╭──
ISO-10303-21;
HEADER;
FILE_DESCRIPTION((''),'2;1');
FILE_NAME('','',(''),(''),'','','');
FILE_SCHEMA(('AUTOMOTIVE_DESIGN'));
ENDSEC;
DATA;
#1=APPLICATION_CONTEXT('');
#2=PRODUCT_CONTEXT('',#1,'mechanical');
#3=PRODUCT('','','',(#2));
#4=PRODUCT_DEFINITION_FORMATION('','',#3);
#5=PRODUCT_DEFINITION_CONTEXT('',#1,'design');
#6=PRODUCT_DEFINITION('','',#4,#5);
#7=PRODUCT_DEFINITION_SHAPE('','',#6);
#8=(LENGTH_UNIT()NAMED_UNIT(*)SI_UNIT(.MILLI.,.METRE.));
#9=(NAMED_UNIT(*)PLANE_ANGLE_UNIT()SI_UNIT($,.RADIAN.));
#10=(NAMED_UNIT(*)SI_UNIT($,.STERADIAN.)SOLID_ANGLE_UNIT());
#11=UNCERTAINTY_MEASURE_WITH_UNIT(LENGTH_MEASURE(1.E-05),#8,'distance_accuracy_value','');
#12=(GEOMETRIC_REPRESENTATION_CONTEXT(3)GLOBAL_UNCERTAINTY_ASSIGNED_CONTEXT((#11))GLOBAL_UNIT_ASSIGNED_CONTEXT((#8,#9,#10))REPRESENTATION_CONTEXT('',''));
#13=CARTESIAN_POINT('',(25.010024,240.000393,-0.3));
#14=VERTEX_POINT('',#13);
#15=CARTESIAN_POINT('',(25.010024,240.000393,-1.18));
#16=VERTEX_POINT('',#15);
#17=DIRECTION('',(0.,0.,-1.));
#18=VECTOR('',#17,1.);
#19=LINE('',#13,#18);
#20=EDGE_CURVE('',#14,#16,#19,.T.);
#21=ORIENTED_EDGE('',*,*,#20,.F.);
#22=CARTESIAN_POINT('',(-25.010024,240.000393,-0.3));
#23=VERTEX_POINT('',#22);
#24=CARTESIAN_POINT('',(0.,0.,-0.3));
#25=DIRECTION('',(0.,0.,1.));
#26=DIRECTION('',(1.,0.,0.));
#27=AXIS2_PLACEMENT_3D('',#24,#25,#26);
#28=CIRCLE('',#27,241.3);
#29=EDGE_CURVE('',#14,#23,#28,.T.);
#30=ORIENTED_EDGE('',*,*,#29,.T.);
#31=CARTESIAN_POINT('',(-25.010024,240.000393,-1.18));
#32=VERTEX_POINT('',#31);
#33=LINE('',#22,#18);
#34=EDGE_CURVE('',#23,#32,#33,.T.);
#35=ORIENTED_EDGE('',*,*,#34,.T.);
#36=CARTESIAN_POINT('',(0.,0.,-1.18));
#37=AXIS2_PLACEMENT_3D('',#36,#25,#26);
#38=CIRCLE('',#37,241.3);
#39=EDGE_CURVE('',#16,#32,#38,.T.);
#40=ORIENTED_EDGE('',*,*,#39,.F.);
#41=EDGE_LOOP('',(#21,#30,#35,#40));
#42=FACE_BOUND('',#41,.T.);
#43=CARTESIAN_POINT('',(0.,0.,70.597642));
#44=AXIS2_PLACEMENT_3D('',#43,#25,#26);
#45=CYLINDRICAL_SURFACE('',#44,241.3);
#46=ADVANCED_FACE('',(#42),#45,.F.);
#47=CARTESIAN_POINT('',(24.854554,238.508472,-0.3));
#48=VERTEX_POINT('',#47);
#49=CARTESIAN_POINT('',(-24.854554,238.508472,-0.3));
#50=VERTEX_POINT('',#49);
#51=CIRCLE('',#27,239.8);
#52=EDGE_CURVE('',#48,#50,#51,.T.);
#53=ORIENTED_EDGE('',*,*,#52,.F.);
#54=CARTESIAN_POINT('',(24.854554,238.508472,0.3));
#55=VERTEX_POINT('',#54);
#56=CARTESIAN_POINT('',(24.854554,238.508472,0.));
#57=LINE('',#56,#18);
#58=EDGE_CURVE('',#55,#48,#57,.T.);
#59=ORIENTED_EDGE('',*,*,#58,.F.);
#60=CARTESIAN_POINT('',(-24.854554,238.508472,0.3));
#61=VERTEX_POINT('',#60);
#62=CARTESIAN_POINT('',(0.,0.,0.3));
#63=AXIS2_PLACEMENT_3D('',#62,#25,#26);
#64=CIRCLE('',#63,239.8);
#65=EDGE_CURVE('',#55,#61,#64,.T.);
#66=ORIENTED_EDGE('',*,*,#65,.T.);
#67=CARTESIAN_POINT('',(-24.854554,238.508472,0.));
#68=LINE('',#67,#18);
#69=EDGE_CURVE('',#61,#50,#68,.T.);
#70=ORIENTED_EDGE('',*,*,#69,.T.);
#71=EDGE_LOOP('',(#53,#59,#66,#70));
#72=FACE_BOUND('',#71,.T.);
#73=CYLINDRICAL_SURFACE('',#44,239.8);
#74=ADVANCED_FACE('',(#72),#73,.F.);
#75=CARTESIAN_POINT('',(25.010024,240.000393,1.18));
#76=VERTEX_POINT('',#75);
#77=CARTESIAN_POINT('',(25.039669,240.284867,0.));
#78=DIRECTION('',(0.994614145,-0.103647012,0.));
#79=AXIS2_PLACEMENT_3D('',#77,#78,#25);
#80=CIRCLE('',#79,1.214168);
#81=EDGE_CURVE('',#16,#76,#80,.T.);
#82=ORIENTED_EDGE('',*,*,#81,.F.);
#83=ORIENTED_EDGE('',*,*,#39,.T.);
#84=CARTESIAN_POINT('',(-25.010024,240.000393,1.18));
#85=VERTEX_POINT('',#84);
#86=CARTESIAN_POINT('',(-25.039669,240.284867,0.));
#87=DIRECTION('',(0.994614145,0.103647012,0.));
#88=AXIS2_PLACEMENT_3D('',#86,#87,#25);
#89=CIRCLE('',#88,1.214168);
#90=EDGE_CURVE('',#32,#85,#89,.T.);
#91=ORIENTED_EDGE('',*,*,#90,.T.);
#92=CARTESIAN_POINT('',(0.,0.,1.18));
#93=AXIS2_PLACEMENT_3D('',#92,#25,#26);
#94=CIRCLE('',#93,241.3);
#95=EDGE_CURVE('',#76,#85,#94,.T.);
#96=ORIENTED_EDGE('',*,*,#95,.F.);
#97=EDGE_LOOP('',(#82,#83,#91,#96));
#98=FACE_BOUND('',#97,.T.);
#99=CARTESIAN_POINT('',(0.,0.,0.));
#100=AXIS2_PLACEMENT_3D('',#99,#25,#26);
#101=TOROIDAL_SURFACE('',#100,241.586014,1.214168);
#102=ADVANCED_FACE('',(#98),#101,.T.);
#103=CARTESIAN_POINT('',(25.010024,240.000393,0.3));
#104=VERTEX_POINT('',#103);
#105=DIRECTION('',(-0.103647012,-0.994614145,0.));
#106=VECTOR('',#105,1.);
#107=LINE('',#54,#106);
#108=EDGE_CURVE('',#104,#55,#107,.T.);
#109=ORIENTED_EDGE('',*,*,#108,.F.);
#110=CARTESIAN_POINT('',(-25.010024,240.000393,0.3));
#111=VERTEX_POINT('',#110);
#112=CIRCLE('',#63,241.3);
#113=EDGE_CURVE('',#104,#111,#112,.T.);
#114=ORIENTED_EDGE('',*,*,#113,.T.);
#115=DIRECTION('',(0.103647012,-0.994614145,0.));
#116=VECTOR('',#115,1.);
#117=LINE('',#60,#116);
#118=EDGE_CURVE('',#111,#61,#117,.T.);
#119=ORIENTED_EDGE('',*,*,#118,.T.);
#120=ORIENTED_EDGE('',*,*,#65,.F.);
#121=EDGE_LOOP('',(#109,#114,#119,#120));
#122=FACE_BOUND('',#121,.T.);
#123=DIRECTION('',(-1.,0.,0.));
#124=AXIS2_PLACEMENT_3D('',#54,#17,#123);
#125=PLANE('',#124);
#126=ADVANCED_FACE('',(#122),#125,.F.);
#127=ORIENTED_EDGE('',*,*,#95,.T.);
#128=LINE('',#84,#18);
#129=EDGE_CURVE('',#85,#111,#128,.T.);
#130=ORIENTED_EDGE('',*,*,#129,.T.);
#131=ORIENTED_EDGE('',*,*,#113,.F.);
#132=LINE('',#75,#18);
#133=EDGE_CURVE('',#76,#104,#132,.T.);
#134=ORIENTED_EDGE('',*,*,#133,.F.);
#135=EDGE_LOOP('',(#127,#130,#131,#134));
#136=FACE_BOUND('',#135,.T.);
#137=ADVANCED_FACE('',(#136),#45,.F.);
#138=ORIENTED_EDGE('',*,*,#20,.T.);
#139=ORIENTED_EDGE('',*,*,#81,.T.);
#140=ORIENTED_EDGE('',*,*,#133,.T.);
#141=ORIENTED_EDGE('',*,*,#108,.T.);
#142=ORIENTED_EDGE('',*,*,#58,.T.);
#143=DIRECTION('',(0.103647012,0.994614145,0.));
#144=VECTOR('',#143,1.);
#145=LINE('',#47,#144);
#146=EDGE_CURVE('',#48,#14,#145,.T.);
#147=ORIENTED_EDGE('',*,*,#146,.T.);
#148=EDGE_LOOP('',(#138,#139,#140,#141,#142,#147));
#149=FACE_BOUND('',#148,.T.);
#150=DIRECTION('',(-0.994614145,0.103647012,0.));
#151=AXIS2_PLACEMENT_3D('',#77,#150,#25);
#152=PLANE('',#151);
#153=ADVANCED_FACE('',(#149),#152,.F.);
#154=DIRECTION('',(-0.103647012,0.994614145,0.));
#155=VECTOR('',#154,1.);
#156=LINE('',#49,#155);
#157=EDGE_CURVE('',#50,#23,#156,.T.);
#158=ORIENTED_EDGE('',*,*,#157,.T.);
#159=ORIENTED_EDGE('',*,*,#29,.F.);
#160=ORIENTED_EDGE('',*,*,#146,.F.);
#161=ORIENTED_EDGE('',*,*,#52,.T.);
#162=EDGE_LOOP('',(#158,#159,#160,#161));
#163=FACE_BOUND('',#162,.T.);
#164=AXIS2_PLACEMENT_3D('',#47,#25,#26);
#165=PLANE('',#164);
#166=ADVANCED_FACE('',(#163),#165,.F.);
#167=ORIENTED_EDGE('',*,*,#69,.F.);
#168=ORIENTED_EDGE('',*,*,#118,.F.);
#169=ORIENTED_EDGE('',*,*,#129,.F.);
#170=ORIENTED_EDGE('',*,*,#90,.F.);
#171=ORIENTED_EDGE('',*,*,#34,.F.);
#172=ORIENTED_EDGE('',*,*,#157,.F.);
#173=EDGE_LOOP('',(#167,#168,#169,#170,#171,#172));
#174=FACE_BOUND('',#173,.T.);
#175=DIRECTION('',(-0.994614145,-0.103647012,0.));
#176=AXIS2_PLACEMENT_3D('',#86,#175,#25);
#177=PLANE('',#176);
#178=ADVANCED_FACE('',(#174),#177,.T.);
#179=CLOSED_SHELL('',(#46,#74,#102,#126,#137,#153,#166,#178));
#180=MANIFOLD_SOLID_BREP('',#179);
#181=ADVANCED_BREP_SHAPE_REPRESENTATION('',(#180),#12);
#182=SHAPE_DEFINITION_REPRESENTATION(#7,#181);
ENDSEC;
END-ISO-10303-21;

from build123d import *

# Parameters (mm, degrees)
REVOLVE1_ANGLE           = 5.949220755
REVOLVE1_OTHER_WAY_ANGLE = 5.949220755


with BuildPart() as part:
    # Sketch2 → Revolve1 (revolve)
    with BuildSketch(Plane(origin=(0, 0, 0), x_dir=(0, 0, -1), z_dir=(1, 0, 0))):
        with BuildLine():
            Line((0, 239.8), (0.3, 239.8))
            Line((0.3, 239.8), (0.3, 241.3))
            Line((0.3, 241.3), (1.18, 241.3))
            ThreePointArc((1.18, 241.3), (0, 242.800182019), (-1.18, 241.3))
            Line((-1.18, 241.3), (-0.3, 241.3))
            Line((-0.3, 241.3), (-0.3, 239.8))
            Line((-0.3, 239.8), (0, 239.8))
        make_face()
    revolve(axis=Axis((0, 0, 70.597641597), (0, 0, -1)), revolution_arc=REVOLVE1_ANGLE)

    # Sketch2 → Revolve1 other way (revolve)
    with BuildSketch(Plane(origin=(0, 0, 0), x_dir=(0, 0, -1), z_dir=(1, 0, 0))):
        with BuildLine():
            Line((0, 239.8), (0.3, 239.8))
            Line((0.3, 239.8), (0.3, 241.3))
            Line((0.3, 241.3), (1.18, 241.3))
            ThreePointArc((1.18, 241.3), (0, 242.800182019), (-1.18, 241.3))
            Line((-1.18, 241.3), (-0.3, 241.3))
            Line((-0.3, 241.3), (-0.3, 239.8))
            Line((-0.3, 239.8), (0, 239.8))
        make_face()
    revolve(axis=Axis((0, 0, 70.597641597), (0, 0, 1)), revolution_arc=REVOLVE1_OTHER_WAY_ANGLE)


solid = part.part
╰──
## What you should do
In the material above, transcribe exactly the lines beginning at the one with "#49=CARTESIAN_POINT('',(-24.854554,238.508472,-0.3));" and ending at the one with "#61=VERTEX_POINT('',#60);", both included.

## Response to the exercise
#49=CARTESIAN_POINT('',(-24.854554,238.508472,-0.3));
#50=VERTEX_POINT('',#49);
#51=CIRCLE('',#27,239.8);
#52=EDGE_CURVE('',#48,#50,#51,.T.);
#53=ORIENTED_EDGE('',*,*,#52,.F.);
#54=CARTESIAN_POINT('',(24.854554,238.508472,0.3));
#55=VERTEX_POINT('',#54);
#56=CARTESIAN_POINT('',(24.854554,238.508472,0.));
#57=LINE('',#56,#18);
#58=EDGE_CURVE('',#55,#48,#57,.T.);
#59=ORIENTED_EDGE('',*,*,#58,.F.);
#60=CARTESIAN_POINT('',(-24.854554,238.508472,0.3));
#61=VERTEX_POINT('',#60);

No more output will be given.